Listed records
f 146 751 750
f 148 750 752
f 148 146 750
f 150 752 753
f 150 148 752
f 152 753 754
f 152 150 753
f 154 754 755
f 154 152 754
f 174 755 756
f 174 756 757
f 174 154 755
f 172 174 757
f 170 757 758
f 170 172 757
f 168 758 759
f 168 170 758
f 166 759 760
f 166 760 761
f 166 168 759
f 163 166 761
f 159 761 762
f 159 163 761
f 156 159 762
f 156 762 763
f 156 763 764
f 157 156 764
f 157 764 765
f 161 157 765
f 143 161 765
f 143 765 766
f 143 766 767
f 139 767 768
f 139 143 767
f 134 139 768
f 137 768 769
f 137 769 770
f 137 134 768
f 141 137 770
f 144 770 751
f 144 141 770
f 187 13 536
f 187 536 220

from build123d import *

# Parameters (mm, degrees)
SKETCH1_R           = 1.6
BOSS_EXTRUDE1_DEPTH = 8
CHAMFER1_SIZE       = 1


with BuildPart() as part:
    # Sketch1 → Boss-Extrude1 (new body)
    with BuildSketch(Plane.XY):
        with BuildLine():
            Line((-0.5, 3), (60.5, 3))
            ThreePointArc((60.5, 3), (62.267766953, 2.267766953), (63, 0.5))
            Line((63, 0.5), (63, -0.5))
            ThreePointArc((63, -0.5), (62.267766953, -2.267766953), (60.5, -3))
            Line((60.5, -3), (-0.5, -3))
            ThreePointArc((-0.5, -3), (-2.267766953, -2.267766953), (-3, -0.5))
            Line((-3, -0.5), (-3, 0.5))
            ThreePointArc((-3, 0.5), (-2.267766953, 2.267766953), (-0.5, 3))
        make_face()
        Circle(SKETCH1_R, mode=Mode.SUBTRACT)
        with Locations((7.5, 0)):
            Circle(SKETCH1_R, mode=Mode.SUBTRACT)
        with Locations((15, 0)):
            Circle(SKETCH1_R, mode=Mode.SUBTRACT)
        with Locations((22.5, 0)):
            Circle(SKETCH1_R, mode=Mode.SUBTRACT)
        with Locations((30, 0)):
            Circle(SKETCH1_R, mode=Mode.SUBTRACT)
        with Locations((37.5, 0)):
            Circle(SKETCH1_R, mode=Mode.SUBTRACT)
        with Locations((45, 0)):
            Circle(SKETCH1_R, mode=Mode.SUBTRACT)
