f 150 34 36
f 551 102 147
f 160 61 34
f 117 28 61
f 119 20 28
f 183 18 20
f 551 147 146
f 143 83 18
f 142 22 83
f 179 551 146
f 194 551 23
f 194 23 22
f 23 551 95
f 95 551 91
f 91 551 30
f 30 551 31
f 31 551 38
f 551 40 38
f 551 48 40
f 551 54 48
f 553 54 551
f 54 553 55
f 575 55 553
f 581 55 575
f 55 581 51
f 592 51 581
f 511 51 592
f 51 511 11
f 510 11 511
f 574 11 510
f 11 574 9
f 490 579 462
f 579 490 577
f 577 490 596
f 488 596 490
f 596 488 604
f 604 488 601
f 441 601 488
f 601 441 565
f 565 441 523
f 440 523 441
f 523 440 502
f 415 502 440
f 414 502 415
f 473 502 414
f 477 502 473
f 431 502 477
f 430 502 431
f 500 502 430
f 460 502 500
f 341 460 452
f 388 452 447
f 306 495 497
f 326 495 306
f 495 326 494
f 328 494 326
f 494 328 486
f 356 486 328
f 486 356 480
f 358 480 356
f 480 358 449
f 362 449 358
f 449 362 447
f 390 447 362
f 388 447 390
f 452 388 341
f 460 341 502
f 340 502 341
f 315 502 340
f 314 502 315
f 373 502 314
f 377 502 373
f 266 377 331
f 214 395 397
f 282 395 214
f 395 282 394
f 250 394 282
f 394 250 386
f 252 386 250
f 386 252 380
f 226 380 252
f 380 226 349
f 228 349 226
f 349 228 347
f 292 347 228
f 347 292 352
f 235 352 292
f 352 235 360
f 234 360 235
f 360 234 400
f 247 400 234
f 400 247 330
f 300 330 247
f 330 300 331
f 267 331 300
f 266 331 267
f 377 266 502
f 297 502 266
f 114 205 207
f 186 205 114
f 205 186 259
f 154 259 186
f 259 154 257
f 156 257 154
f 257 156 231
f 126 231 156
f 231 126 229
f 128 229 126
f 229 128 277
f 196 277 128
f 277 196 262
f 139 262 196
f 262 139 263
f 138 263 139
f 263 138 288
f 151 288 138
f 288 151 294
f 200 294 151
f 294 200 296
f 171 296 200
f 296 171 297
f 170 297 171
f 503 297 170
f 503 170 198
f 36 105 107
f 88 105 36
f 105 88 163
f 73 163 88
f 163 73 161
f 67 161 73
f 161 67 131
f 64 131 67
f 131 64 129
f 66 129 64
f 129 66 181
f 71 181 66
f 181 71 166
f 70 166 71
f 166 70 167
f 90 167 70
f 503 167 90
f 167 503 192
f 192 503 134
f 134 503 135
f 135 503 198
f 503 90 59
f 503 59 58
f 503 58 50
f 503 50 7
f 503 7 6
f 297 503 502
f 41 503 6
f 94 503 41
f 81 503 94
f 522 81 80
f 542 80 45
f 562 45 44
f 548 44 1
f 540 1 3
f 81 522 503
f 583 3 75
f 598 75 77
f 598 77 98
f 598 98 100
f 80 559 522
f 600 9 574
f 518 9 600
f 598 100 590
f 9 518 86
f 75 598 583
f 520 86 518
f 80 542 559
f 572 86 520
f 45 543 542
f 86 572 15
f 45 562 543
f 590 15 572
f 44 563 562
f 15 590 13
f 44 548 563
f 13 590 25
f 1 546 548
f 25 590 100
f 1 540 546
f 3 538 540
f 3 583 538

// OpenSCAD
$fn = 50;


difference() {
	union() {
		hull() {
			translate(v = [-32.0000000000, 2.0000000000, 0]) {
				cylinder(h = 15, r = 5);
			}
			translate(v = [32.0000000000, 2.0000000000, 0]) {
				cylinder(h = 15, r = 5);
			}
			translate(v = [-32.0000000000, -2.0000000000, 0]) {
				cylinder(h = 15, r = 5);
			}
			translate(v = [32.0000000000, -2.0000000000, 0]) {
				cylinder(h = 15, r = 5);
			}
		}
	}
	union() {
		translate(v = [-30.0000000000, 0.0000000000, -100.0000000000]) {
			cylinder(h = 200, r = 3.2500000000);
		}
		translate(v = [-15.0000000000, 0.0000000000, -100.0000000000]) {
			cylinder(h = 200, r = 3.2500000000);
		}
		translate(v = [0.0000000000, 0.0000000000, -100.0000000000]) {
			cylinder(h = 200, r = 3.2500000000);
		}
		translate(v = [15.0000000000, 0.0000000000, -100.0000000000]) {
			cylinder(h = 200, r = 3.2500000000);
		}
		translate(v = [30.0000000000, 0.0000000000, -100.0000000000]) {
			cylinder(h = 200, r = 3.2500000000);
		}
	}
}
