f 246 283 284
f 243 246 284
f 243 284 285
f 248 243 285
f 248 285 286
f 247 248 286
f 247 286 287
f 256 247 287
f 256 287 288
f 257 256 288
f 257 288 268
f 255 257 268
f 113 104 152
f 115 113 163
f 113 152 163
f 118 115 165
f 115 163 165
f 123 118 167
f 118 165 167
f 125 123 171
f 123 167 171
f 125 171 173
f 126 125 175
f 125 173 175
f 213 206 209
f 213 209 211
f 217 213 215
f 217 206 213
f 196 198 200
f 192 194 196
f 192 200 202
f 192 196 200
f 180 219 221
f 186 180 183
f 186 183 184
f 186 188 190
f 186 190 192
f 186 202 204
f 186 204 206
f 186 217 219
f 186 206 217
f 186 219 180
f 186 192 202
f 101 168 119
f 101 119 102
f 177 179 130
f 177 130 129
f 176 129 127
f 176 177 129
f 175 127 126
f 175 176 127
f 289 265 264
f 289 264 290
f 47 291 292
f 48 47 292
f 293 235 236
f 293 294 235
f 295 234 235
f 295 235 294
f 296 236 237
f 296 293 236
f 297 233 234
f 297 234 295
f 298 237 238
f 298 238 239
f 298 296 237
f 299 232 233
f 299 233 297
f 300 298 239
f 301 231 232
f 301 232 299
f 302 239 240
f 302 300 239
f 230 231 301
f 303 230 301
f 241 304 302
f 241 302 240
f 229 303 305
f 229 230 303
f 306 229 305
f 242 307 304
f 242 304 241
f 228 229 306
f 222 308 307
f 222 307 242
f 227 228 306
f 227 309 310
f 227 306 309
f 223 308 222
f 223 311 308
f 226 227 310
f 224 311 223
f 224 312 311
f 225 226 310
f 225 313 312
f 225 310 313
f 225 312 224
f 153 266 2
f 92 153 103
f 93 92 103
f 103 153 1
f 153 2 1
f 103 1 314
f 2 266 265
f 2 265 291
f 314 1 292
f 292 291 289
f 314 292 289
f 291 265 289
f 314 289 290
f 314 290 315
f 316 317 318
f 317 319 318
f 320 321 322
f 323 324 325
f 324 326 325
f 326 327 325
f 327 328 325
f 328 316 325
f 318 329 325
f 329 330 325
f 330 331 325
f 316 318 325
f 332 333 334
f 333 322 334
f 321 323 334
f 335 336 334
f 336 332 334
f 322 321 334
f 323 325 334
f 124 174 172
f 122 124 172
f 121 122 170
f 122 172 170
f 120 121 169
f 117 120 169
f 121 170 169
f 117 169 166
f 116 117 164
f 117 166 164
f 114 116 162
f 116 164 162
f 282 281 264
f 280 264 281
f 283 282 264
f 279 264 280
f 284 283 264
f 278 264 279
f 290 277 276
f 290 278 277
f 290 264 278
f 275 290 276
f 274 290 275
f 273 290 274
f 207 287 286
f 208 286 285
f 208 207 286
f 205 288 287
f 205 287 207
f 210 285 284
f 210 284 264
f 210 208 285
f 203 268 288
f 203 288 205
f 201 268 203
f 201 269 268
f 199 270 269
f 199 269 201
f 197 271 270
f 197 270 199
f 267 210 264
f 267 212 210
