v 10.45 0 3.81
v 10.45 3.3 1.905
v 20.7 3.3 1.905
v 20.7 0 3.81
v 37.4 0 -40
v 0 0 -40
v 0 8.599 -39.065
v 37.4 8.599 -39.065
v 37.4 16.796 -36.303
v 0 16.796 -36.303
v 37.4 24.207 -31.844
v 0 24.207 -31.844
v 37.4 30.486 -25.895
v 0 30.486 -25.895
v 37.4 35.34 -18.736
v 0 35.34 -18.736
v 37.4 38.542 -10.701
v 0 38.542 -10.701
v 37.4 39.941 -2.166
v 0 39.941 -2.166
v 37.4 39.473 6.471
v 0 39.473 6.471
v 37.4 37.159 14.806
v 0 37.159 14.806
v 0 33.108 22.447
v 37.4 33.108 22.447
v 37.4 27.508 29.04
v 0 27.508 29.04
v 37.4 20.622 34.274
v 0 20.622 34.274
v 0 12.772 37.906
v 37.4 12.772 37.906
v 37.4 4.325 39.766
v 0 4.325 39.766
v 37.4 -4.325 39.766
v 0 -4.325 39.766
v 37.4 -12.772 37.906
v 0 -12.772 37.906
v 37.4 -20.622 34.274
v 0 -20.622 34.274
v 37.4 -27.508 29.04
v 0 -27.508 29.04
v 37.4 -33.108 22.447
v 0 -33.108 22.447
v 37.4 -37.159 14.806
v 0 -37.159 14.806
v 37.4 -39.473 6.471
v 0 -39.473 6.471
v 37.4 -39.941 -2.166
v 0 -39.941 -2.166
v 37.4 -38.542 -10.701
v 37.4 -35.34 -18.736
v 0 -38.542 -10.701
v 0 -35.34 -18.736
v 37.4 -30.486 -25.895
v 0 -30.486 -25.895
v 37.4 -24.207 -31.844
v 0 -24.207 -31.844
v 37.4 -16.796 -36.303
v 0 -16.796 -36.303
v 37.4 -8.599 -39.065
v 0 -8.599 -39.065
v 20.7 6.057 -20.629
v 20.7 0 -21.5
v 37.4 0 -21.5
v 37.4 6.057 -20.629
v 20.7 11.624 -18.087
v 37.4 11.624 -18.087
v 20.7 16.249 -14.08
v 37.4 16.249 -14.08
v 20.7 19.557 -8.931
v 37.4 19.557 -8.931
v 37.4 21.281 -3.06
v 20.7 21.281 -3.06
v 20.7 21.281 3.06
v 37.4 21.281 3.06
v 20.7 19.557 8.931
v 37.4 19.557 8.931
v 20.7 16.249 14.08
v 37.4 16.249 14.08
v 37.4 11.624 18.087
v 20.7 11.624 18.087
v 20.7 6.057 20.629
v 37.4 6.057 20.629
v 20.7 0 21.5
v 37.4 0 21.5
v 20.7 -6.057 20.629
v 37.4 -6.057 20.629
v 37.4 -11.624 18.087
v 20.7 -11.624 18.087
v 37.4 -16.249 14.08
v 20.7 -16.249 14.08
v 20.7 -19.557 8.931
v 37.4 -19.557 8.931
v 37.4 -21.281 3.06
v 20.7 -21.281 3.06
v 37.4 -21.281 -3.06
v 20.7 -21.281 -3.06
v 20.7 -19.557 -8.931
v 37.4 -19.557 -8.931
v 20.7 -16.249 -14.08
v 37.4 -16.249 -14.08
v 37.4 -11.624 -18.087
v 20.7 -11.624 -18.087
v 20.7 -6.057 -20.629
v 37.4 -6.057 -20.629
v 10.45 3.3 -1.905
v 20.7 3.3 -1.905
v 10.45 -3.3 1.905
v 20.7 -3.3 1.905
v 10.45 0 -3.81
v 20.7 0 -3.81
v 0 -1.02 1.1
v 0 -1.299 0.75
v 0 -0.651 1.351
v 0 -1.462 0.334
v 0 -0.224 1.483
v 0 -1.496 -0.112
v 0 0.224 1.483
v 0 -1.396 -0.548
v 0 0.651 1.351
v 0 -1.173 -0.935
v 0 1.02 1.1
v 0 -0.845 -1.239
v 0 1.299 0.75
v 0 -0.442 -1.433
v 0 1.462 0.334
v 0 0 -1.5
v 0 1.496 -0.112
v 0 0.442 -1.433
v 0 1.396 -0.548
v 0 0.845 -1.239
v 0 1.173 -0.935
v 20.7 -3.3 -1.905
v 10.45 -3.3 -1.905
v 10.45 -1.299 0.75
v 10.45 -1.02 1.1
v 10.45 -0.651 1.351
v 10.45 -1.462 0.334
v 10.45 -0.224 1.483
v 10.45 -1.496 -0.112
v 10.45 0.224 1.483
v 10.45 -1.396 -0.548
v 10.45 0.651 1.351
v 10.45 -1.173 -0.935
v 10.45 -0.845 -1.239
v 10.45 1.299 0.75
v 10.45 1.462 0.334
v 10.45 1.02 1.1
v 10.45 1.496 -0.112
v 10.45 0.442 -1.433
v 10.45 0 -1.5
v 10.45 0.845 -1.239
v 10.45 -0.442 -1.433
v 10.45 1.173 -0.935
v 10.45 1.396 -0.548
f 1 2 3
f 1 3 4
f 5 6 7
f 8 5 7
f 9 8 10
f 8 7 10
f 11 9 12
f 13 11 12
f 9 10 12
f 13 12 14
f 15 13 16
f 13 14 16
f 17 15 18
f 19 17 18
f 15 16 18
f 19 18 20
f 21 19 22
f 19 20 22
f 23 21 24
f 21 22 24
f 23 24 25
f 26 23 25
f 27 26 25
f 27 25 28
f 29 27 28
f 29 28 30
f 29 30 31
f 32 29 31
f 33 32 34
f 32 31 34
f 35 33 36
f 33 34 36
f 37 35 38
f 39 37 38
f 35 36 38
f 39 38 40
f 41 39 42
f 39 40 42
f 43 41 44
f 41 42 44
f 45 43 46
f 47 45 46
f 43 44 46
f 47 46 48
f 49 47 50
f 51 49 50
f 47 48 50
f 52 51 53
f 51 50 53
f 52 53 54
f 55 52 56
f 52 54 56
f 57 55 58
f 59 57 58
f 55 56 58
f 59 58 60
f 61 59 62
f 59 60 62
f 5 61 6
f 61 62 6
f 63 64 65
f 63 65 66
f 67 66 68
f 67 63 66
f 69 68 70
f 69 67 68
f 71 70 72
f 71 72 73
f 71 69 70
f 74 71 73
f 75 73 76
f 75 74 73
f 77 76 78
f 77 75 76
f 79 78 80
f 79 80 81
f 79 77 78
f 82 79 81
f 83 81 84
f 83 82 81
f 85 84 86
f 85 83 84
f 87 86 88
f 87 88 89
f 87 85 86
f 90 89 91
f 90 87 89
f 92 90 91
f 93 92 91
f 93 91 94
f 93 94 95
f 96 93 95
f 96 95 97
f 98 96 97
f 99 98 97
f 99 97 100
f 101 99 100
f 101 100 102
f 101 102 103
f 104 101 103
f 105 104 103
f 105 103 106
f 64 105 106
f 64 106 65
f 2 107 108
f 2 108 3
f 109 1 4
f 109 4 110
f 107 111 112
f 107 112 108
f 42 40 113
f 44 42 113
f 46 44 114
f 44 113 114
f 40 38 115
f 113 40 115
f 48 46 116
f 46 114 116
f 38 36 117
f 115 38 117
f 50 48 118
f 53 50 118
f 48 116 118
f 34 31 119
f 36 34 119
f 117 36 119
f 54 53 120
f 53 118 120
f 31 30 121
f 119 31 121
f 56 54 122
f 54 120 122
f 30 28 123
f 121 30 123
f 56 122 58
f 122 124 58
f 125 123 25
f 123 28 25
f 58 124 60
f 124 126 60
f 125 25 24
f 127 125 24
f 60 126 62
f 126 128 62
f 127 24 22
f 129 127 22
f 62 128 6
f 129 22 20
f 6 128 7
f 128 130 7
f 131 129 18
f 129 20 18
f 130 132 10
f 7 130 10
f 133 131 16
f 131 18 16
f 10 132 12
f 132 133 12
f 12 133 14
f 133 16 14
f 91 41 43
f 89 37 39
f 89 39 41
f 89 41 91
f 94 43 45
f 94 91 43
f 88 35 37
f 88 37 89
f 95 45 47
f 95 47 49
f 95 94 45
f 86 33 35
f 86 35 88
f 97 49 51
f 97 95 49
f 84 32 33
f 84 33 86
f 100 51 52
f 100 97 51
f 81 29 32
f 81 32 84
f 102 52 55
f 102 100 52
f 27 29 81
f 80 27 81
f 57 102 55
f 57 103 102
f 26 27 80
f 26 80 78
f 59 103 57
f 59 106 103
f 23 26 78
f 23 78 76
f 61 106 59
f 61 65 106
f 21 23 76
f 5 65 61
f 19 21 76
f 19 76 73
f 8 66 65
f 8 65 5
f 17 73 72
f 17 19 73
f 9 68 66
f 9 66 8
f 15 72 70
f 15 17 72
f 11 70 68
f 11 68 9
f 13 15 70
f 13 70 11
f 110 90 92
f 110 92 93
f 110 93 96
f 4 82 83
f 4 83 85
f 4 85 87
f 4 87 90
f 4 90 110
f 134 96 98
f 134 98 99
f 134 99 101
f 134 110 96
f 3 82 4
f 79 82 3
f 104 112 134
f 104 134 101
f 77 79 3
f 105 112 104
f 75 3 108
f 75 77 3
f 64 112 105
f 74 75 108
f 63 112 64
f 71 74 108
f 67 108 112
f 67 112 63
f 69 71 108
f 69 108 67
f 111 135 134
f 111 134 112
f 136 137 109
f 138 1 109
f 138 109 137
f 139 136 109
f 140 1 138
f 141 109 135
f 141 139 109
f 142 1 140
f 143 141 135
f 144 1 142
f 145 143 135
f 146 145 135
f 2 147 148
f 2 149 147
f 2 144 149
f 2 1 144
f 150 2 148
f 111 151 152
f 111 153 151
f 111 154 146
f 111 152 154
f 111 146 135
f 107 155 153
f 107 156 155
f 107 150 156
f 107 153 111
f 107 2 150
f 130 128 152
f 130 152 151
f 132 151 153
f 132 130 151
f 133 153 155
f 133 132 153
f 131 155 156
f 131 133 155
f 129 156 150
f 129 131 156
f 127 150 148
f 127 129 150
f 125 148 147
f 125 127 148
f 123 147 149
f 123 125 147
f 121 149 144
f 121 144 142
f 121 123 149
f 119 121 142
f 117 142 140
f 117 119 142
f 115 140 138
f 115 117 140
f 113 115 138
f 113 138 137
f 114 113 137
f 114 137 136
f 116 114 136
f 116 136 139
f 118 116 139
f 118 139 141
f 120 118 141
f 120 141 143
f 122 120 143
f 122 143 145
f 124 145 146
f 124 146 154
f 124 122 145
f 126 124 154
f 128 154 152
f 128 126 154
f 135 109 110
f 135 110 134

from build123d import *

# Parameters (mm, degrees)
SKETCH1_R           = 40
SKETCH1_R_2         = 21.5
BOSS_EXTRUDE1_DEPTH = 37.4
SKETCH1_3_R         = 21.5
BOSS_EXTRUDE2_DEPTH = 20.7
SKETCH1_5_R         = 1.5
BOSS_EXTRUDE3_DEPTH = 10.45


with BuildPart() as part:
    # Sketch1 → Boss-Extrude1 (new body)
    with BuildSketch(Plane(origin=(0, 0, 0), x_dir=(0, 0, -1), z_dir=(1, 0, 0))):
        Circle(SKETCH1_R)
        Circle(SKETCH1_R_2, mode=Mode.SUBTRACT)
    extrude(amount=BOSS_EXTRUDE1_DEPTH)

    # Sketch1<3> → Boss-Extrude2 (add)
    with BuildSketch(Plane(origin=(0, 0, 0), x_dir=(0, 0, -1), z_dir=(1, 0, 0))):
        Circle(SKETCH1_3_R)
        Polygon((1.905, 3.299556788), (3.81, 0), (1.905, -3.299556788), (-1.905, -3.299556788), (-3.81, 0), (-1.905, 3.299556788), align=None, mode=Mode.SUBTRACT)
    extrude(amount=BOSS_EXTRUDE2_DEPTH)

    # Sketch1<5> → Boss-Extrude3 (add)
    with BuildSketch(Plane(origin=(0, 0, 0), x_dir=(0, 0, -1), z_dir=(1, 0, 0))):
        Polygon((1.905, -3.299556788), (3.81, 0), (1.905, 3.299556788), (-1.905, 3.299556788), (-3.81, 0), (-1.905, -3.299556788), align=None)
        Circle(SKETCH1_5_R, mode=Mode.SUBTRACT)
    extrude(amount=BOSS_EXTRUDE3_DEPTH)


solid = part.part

Exercise instructions
Scan the data above; copy every line where "translate" appears.

Problem solution
			translate(v = [-32.0000000000, 2.0000000000, 0]) {
			translate(v = [32.0000000000, 2.0000000000, 0]) {
			translate(v = [-32.0000000000, -2.0000000000, 0]) {
			translate(v = [32.0000000000, -2.0000000000, 0]) {
		translate(v = [-30.0000000000, 0.0000000000, -100.0000000000]) {
		translate(v = [-15.0000000000, 0.0000000000, -100.0000000000]) {
		translate(v = [0.0000000000, 0.0000000000, -100.0000000000]) {
		translate(v = [15.0000000000, 0.0000000000, -100.0000000000]) {
		translate(v = [30.0000000000, 0.0000000000, -100.0000000000]) {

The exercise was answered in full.